** Data provided follows **

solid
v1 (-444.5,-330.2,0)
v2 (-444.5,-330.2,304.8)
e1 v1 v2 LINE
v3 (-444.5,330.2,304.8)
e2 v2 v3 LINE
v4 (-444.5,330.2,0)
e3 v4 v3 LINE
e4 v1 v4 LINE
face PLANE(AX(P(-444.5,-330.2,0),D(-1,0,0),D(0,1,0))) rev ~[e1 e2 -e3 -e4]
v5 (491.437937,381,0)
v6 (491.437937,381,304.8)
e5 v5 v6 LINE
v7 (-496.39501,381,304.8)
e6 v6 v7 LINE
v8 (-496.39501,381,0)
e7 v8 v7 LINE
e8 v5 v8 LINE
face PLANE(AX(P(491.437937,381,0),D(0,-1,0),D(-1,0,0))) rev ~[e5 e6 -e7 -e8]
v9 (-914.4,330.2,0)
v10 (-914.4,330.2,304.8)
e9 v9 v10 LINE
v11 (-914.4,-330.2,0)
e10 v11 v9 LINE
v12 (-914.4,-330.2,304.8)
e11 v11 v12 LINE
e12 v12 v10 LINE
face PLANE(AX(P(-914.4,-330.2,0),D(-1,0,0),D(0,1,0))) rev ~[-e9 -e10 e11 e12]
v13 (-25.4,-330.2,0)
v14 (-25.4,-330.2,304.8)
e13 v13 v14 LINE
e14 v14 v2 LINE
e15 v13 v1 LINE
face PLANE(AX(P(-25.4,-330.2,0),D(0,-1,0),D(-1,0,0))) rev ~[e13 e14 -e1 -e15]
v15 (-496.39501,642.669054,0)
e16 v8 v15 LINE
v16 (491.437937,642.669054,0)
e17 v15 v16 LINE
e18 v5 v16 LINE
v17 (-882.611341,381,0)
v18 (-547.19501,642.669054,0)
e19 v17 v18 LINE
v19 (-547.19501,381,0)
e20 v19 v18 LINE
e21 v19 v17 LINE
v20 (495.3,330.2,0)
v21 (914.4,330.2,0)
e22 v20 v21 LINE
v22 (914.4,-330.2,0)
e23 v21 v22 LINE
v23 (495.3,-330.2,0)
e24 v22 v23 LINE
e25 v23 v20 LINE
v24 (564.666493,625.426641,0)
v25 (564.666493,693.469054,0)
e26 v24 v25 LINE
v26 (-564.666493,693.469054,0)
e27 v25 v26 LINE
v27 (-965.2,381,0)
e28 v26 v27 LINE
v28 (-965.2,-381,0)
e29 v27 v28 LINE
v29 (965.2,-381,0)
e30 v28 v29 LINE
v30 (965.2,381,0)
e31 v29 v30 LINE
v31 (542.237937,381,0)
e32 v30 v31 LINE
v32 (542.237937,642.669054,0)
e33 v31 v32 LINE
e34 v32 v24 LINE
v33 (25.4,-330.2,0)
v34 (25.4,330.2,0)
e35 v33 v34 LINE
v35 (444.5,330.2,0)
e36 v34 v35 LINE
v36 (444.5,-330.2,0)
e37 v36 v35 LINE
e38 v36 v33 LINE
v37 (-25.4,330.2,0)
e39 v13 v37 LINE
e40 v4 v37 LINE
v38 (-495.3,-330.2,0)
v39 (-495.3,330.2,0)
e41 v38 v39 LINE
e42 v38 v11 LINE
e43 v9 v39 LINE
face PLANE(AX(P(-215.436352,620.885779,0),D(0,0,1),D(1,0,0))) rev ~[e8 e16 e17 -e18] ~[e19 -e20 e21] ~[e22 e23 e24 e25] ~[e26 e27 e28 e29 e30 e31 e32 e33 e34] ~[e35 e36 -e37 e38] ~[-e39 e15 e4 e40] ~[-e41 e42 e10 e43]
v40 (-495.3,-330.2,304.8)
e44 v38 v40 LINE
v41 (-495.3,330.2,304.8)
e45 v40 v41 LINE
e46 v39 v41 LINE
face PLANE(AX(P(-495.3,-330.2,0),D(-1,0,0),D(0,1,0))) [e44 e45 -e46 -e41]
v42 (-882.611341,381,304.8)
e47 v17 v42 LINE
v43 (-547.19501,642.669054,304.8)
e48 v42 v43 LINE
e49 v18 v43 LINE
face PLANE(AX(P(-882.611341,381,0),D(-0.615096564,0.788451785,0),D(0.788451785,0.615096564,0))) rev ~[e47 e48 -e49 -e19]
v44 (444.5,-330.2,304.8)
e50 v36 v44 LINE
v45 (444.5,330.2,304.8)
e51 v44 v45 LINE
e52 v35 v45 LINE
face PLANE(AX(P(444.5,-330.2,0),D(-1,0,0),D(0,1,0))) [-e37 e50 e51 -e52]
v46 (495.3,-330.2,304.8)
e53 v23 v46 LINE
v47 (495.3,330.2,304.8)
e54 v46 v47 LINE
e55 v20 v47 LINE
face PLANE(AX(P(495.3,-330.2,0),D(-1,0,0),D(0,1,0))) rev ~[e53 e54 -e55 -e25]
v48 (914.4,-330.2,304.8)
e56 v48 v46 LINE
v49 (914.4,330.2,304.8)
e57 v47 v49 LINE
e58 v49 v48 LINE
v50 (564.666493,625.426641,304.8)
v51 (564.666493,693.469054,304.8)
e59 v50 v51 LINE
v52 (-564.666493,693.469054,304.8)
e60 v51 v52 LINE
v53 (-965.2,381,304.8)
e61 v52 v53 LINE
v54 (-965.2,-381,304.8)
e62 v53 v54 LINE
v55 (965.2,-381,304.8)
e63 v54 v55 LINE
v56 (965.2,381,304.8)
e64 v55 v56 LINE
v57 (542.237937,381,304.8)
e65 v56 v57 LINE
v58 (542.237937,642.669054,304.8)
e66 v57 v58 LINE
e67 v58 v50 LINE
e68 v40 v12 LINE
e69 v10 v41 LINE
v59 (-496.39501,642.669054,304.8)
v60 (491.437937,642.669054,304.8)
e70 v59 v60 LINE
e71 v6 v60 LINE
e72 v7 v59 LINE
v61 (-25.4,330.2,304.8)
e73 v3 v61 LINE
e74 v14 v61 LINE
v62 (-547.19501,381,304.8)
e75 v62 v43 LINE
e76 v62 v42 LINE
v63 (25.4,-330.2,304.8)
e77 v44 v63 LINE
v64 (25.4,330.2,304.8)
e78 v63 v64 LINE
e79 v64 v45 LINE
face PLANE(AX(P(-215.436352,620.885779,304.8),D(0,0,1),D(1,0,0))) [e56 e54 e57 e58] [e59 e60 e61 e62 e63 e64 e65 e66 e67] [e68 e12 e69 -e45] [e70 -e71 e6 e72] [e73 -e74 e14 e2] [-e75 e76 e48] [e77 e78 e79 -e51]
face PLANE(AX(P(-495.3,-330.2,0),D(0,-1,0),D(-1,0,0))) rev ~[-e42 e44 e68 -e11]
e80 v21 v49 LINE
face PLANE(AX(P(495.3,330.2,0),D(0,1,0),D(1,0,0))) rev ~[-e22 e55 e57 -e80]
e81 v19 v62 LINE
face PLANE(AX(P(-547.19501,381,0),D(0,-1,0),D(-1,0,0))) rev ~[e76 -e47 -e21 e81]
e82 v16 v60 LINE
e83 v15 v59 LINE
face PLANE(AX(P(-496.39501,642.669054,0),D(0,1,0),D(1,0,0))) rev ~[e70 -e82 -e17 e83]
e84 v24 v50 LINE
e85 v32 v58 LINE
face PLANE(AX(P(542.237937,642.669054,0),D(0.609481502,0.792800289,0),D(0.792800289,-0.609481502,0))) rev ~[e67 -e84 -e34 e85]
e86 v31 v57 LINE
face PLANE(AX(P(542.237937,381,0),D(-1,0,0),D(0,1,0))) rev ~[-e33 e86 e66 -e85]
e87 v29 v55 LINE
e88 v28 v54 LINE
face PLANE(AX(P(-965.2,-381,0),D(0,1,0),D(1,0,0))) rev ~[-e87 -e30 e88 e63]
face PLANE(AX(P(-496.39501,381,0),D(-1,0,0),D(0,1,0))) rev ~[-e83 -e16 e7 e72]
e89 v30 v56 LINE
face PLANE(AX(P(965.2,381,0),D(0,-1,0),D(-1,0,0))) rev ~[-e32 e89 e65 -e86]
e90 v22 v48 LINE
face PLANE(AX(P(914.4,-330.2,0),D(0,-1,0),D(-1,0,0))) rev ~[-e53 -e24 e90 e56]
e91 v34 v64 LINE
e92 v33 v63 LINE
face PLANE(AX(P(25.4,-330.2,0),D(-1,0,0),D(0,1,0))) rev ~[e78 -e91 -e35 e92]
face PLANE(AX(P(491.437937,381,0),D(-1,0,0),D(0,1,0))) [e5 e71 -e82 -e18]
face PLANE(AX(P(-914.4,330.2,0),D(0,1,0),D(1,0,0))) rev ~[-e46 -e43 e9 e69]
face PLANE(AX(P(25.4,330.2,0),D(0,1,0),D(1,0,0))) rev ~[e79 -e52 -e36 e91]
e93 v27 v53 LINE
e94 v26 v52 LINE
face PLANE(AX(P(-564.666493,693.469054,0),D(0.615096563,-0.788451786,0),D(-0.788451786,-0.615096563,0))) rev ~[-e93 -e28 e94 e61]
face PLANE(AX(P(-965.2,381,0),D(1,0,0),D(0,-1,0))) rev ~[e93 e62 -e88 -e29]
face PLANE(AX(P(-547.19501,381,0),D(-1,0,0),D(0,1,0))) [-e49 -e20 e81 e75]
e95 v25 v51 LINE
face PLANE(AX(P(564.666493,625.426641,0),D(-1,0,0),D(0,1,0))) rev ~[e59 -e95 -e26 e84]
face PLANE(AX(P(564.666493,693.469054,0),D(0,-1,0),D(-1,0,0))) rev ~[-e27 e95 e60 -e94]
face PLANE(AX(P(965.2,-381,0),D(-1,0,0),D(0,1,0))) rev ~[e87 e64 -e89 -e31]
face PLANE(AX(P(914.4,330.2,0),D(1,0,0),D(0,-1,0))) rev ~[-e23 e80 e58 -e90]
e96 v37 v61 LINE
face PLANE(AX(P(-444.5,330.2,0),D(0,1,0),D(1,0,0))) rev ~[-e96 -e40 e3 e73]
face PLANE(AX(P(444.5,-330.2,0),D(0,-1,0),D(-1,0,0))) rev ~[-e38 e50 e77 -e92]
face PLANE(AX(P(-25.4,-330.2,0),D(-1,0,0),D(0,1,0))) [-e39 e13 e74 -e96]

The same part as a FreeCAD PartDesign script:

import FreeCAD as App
import Part
import Sketcher

V = App.Vector
Q = App.Units.Quantity

doc = App.newDocument("Part")
body = doc.addObject("PartDesign::Body", "Body")

# Sketch on XY plane
sketch1 = body.newObject("Sketcher::SketchObject", "Sketch")
sketch1.AttachmentSupport = (doc.getObject("XY_Plane"), [""])
sketch1.MapMode = "FlatFace"
sketch1.addGeometry([
    Part.LineSegment(V(565, 625, 0), V(565, 693, 0)),  # 0
    Part.LineSegment(V(565, 693, 0), V(-565, 693, 0)),  # 1
    Part.LineSegment(V(-565, 693, 0), V(-965, 381, 0)),  # 2
    Part.LineSegment(V(-965, 381, 0), V(-965, -381, 0)),  # 3
    Part.LineSegment(V(-965, -381, 0), V(965, -381, 0)),  # 4
    Part.LineSegment(V(965, -381, 0), V(965, 381, 0)),  # 5
    Part.LineSegment(V(965, 381, 0), V(542, 381, 0)),  # 6
    Part.LineSegment(V(542, 381, 0), V(542, 643, 0)),  # 7
    Part.LineSegment(V(542, 643, 0), V(565, 625, 0)),  # 8
    Part.LineSegment(V(-914, 330, 0), V(-495, 330, 0)),  # 9
    Part.LineSegment(V(-495, 330, 0), V(-495, -330, 0)),  # 10
    Part.LineSegment(V(-495, -330, 0), V(-914, -330, 0)),  # 11
    Part.LineSegment(V(-914, -330, 0), V(-914, 330, 0)),  # 12
    Part.LineSegment(V(-444, 330, 0), V(-25, 330, 0)),  # 13
    Part.LineSegment(V(-25, 330, 0), V(-25, -330, 0)),  # 14
    Part.LineSegment(V(-25, -330, 0), V(-444, -330, 0)),  # 15
    Part.LineSegment(V(-444, -330, 0), V(-444, 330, 0)),  # 16
    Part.LineSegment(V(25, 330, 0), V(444, 330, 0)),  # 17
    Part.LineSegment(V(444, 330, 0), V(444, -330, 0)),  # 18
    Part.LineSegment(V(444, -330, 0), V(25, -330, 0)),  # 19
    Part.LineSegment(V(25, -330, 0), V(25, 330, 0)),  # 20
    Part.LineSegment(V(495, 330, 0), V(914, 330, 0)),  # 21
    Part.LineSegment(V(914, 330, 0), V(914, -330, 0)),  # 22
    Part.LineSegment(V(914, -330, 0), V(495, -330, 0)),  # 23
    Part.LineSegment(V(495, -330, 0), V(495, 330, 0)),  # 24
    Part.LineSegment(V(-883, 381, 0), V(-547, 643, 0)),  # 25
    Part.LineSegment(V(-547, 643, 0), V(-547, 381, 0)),  # 26
    Part.LineSegment(V(-547, 381, 0), V(-883, 381, 0)),  # 27
    Part.LineSegment(V(-496, 381, 0), V(-496, 643, 0)),  # 28
    Part.LineSegment(V(-496, 643, 0), V(491, 643, 0)),  # 29
    Part.LineSegment(V(491, 643, 0), V(491, 381, 0)),  # 30
    Part.LineSegment(V(491, 381, 0), V(-496, 381, 0)),  # 31
], False)
sketch1.addConstraint([
    Sketcher.Constraint("Coincident", 0, 2, 1, 1),
    Sketcher.Constraint("Coincident", 1, 2, 2, 1),
    Sketcher.Constraint("Coincident", 2, 2, 3, 1),
    Sketcher.Constraint("Coincident", 3, 2, 4, 1),
    Sketcher.Constraint("Coincident", 4, 2, 5, 1),
    Sketcher.Constraint("Coincident", 5, 2, 6, 1),
    Sketcher.Constraint("Coincident", 6, 2, 7, 1),
    Sketcher.Constraint("Coincident", 7, 2, 8, 1),
    Sketcher.Constraint("Coincident", 8, 2, 0, 1),
    Sketcher.Constraint("Coincident", 9, 2, 10, 1),
    Sketcher.Constraint("Coincident", 10, 2, 11, 1),
    Sketcher.Constraint("Coincident", 11, 2, 12, 1),
    Sketcher.Constraint("Coincident", 12, 2, 9, 1),
    Sketcher.Constraint("Coincident", 13, 2, 14, 1),
    Sketcher.Constraint("Coincident", 14, 2, 15, 1),
    Sketcher.Constraint("Coincident", 15, 2, 16, 1),
    Sketcher.Constraint("Coincident", 16, 2, 13, 1),
    Sketcher.Constraint("Coincident", 17, 2, 18, 1),
    Sketcher.Constraint("Coincident", 18, 2, 19, 1),
    Sketcher.Constraint("Coincident", 19, 2, 20, 1),
    Sketcher.Constraint("Coincident", 20, 2, 17, 1),
    Sketcher.Constraint("Coincident", 21, 2, 22, 1),
    Sketcher.Constraint("Coincident", 22, 2, 23, 1),
    Sketcher.Constraint("Coincident", 23, 2, 24, 1),
    Sketcher.Constraint("Coincident", 24, 2, 21, 1),
    Sketcher.Constraint("Coincident", 25, 2, 26, 1),
    Sketcher.Constraint("Coincident", 26, 2, 27, 1),
    Sketcher.Constraint("Coincident", 27, 2, 25, 1),
    Sketcher.Constraint("Coincident", 28, 2, 29, 1),
    Sketcher.Constraint("Coincident", 29, 2, 30, 1),
    Sketcher.Constraint("Coincident", 30, 2, 31, 1),
    Sketcher.Constraint("Coincident", 31, 2, 28, 1),
    Sketcher.Constraint("Vertical", 0),
    Sketcher.Constraint("Horizontal", 1),
    Sketcher.Constraint("Vertical", 3),
    Sketcher.Constraint("Horizontal", 4),
    Sketcher.Constraint("Vertical", 5),
    Sketcher.Constraint("Horizontal", 6),
    Sketcher.Constraint("Vertical", 7),
    Sketcher.Constraint("Horizontal", 9),
    Sketcher.Constraint("Vertical", 10),
    Sketcher.Constraint("Horizontal", 11),
    Sketcher.Constraint("Vertical", 12),
    Sketcher.Constraint("Horizontal", 13),
    Sketcher.Constraint("Vertical", 14),
    Sketcher.Constraint("Horizontal", 15),
    Sketcher.Constraint("Vertical", 16),
    Sketcher.Constraint("Horizontal", 17),
    Sketcher.Constraint("Vertical", 18),
    Sketcher.Constraint("Horizontal", 19),
    Sketcher.Constraint("Vertical", 20),
    Sketcher.Constraint("Horizontal", 21),
    Sketcher.Constraint("Vertical", 22),
    Sketcher.Constraint("Horizontal", 23),
    Sketcher.Constraint("Vertical", 24),
    Sketcher.Constraint("Vertical", 26),
    Sketcher.Constraint("Horizontal", 27),
    Sketcher.Constraint("Vertical", 28),
    Sketcher.Constraint("Horizontal", 29),
    Sketcher.Constraint("Vertical", 30),
    Sketcher.Constraint("Horizontal", 31),
    Sketcher.Constraint("Symmetric", 2, 2, 4, 2, -1, 1),
    Sketcher.Constraint("Symmetric", 15, 2, 17, 2, -1, 1),
    Sketcher.Constraint("Symmetric", 13, 2, 19, 2, -1, 1),
    Sketcher.Constraint("Symmetric", 11, 2, 21, 2, -1, 1),
    Sketcher.Constraint("Symmetric", 9, 2, 23, 2, -1, 1),
    Sketcher.Constraint("Parallel", 2, 25),
    Sketcher.Constraint("Horizontal", 2, 2, 5, 2),
    Sketcher.Constraint("Horizontal", 12, 2, 13, 2),
    Sketcher.Constraint("Horizontal", 11, 2, 14, 2),
    Sketcher.Constraint("Horizontal", 16, 2, 17, 2),
    Sketcher.Constraint("Horizontal", 7, 2, 25, 2),
    Sketcher.Constraint("Horizontal", 6, 2, 26, 2),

** End of Data provided **

What is expected: Take the lines above from the one containing "v20 (495.3,330.2,0)" down to the one containing "v49 (914.4,330.2,304.8)", and transcribe them exactly, both ends included.

Task output:
v20 (495.3,330.2,0)
v21 (914.4,330.2,0)
e22 v20 v21 LINE
v22 (914.4,-330.2,0)
e23 v21 v22 LINE
v23 (495.3,-330.2,0)
e24 v22 v23 LINE
e25 v23 v20 LINE
v24 (564.666493,625.426641,0)
v25 (564.666493,693.469054,0)
e26 v24 v25 LINE
v26 (-564.666493,693.469054,0)
e27 v25 v26 LINE
v27 (-965.2,381,0)
e28 v26 v27 LINE
v28 (-965.2,-381,0)
e29 v27 v28 LINE
v29 (965.2,-381,0)
e30 v28 v29 LINE
v30 (965.2,381,0)
e31 v29 v30 LINE
v31 (542.237937,381,0)
e32 v30 v31 LINE
v32 (542.237937,642.669054,0)
e33 v31 v32 LINE
e34 v32 v24 LINE
v33 (25.4,-330.2,0)
v34 (25.4,330.2,0)
e35 v33 v34 LINE
v35 (444.5,330.2,0)
e36 v34 v35 LINE
v36 (444.5,-330.2,0)
e37 v36 v35 LINE
e38 v36 v33 LINE
v37 (-25.4,330.2,0)
e39 v13 v37 LINE
e40 v4 v37 LINE
v38 (-495.3,-330.2,0)
v39 (-495.3,330.2,0)
e41 v38 v39 LINE
e42 v38 v11 LINE
e43 v9 v39 LINE
face PLANE(AX(P(-215.436352,620.885779,0),D(0,0,1),D(1,0,0))) rev ~[e8 e16 e17 -e18] ~[e19 -e20 e21] ~[e22 e23 e24 e25] ~[e26 e27 e28 e29 e30 e31 e32 e33 e34] ~[e35 e36 -e37 e38] ~[-e39 e15 e4 e40] ~[-e41 e42 e10 e43]
v40 (-495.3,-330.2,304.8)
e44 v38 v40 LINE
v41 (-495.3,330.2,304.8)
e45 v40 v41 LINE
e46 v39 v41 LINE
face PLANE(AX(P(-495.3,-330.2,0),D(-1,0,0),D(0,1,0))) [e44 e45 -e46 -e41]
v42 (-882.611341,381,304.8)
e47 v17 v42 LINE
v43 (-547.19501,642.669054,304.8)
e48 v42 v43 LINE
e49 v18 v43 LINE
face PLANE(AX(P(-882.611341,381,0),D(-0.615096564,0.788451785,0),D(0.788451785,0.615096564,0))) rev ~[e47 e48 -e49 -e19]
v44 (444.5,-330.2,304.8)
e50 v36 v44 LINE
v45 (444.5,330.2,304.8)
e51 v44 v45 LINE
e52 v35 v45 LINE
face PLANE(AX(P(444.5,-330.2,0),D(-1,0,0),D(0,1,0))) [-e37 e50 e51 -e52]
v46 (495.3,-330.2,304.8)
e53 v23 v46 LINE
v47 (495.3,330.2,304.8)
e54 v46 v47 LINE
e55 v20 v47 LINE
face PLANE(AX(P(495.3,-330.2,0),D(-1,0,0),D(0,1,0))) rev ~[e53 e54 -e55 -e25]
v48 (914.4,-330.2,304.8)
e56 v48 v46 LINE
v49 (914.4,330.2,304.8)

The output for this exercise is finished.